# Times to cheerish



## born2hunt65 (Jan 22, 2000)

Well while sitting around the house putting off my homework for training I was thinking about the last few weeks and how graet they were. One of the koolest moments this fall was meeting Trout and his wife. What great people. 
Another great time was taking my dog duckman grouse hunting for the first time this fall. What a dog. I chuckle just thinking of him out there wagging that bushy tail with that great big duckman smile scaring off all my birds. Flushing no scaring yes, but he's learning. He did get to retrieve his first bird this fall and is listening to commands pretty darn good now. I guess he makes a better duck/goose dog than a pat dog but he likes to go just the same.
Another great moment was teaching my lil guy how to use his 410 and see that he actually understands whats going on this year. Don't know if I have enough patience to take him out and the dog at the same time tho,lol. Anyway thats a few of my happy times so far this fall. Hows everyone elses fall going so far? 
Happy hunting, Born


----------



## mauso2 (Oct 3, 2000)

Born, Fall is a wonderful time of the year, I just love the turning of the season... As you know I got my first deer this season a 7 Pointer. but I did want to share our puppy experience with you. We have a Choc.Lab puppy approx 9 weeks old.

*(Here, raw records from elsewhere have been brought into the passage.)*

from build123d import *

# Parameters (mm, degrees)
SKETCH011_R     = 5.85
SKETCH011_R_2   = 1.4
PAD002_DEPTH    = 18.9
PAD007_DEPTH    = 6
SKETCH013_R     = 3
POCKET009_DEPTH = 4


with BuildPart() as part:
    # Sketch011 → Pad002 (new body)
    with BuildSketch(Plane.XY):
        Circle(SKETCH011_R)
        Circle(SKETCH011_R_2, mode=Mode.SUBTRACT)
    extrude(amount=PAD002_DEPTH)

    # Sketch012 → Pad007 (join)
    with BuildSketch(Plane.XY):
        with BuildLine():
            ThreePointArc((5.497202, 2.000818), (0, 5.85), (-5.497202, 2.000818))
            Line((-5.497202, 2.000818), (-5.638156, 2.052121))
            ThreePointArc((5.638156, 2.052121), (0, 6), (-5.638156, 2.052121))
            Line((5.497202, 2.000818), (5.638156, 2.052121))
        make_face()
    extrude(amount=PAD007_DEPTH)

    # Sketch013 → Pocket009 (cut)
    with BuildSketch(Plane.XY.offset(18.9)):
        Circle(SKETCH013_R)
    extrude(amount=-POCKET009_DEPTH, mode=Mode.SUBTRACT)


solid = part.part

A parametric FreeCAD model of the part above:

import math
import FreeCAD as App
import Part
import Sketcher

doc = App.newDocument("Part")
body = doc.addObject("PartDesign::Body", "Body")

# Sketch on XY plane
sketch1 = doc.addObject("Sketcher::SketchObject", "Sketch")
body.addObject(sketch1)
sketch1.AttachmentSupport = (doc.XY_Plane, [""])
sketch1.MapMode = "FlatFace"
sketch1.addGeometry(Part.Circle(App.Vector(0, 0, 0), App.Vector(0, 0, 1), 5.8), False)
sketch1.addGeometry(Part.Circle(App.Vector(0, 0, 0), App.Vector(0, 0, 1), 1.4), False)
sketch1.addConstraint(Sketcher.Constraint("Coincident", 0, 3, -1, 1))
sketch1.addConstraint(Sketcher.Constraint("Coincident", 1, 3, -1, 1))
sketch1.addConstraint(Sketcher.Constraint("Diameter", 0, 11.7))
sketch1.addConstraint(Sketcher.Constraint("Diameter", 1, 2.8))
pad1 = doc.addObject("PartDesign::Pad", "Pad")
body.addObject(pad1)
pad1.Profile = sketch1
pad1.Length = 18.9

# Sketch on XY plane
sketch2 = doc.addObject("Sketcher::SketchObject", "Sketch001")
body.addObject(sketch2)
sketch2.AttachmentSupport = (doc.XY_Plane, [""])
sketch2.MapMode = "FlatFace"
sketch2.addGeometry(Part.ArcOfCircle(Part.Circle(App.Vector(0, 0, 0), App.Vector(0, 0, 1), 5.85), math.radians(20), math.radians(160)), False)
sketch2.addGeometry(Part.LineSegment(App.Vector(5.5, 2, 0), App.Vector(5.64, 2.05, 0)), False)
sketch2.addGeometry(Part.ArcOfCircle(Part.Circle(App.Vector(0, 0, 0), App.Vector(0, 0, 1), 6), math.radians(20), math.radians(160)), False)
sketch2.addGeometry(Part.LineSegment(App.Vector(-5.64, 2.05, 0), App.Vector(-5.5, 2, 0)), False)
sketch2.addConstraint(Sketcher.Constraint("Coincident", 0, 1, 1, 1))
sketch2.addConstraint(Sketcher.Constraint("Coincident", 1, 2, 2, 1))
sketch2.addConstraint(Sketcher.Constraint("Coincident", 2, 2, 3, 1))
sketch2.addConstraint(Sketcher.Constraint("Coincident", 3, 2, 0, 2))
sketch2.addConstraint(Sketcher.Constraint("Coincident", 0, 3, -1, 1))
sketch2.addConstraint(Sketcher.Constraint("Coincident", 2, 3, -1, 1))
sketch2.addConstraint(Sketcher.Constraint("Horizontal", 1, 2, 2, 2))
sketch2.addConstraint(Sketcher.Constraint("Horizontal", 0, 1, 3, 2))
sketch2.addConstraint(Sketcher.Constraint("Radius", 2, 6.0))
sketch2.addConstraint(Sketcher.Constraint("Radius", 0, 5.85))
sketch2.addConstraint(Sketcher.Constraint("DistanceX", -1, 1, 0, 1, 5.497202))
sketch2.addConstraint(Sketcher.Constraint("DistanceY", -1, 1, 1, 2, 2.052121))
pad2 = doc.addObject("PartDesign::Pad", "Pad001")
body.addObject(pad2)
pad2.Profile = sketch2
pad2.Length = 6

# Sketch on XY plane
sketch3 = doc.addObject("Sketcher::SketchObject", "Sketch002")
body.addObject(sketch3)
sketch3.AttachmentSupport = (doc.XY_Plane, [""])
sketch3.MapMode = "FlatFace"
sketch3.AttachmentOffset = App.Placement(App.Vector(0, 0, 18.9), App.Rotation())
sketch3.addGeometry(Part.Circle(App.Vector(0, 0, 0), App.Vector(0, 0, 1), 3), False)
sketch3.addConstraint(Sketcher.Constraint("Coincident", 0, 3, -1, 1))
sketch3.addConstraint(Sketcher.Constraint("Diameter", 0, 6.0))
pocket1 = doc.addObject("PartDesign::Pocket", "Pocket")
body.addObject(pocket1)
pocket1.Profile = sketch3
pocket1.Length = 4

doc.recompute()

Cute little guy, so my husband Randy is trying to get hime use to feathers... We found some and Randy worked with him and he did real well for the first time, However a couple hours alone in the house and he decided to really fix that bird (Thats right Ate it up) what a sight (still needs alittle bit more work) Enjoy the season....... Terry


----------



## born2hunt65 (Jan 22, 2000)

Terry i know what you mean my dog needs a lil more work too,lol. Congrads on your buck again. Born


----------



## trout (Jan 17, 2000)

Born,
Times to cheerish ? The UP trip rates at the top for sure. I can't wait to come back up to the great little town you and Joe live in.
Even in my little trips out around here I try to take note of something special.
To be real honest though, I remember the cheerished times at odd times. While sitting ,reading a book or on the stand.
Sharing a hunt with friends is the best,followed by a good meal and some stories.Sound familiar?


----------



## born2hunt65 (Jan 22, 2000)

Yep sure does sound familar. Hope there are many more nice times like that to look forward too. Born


----------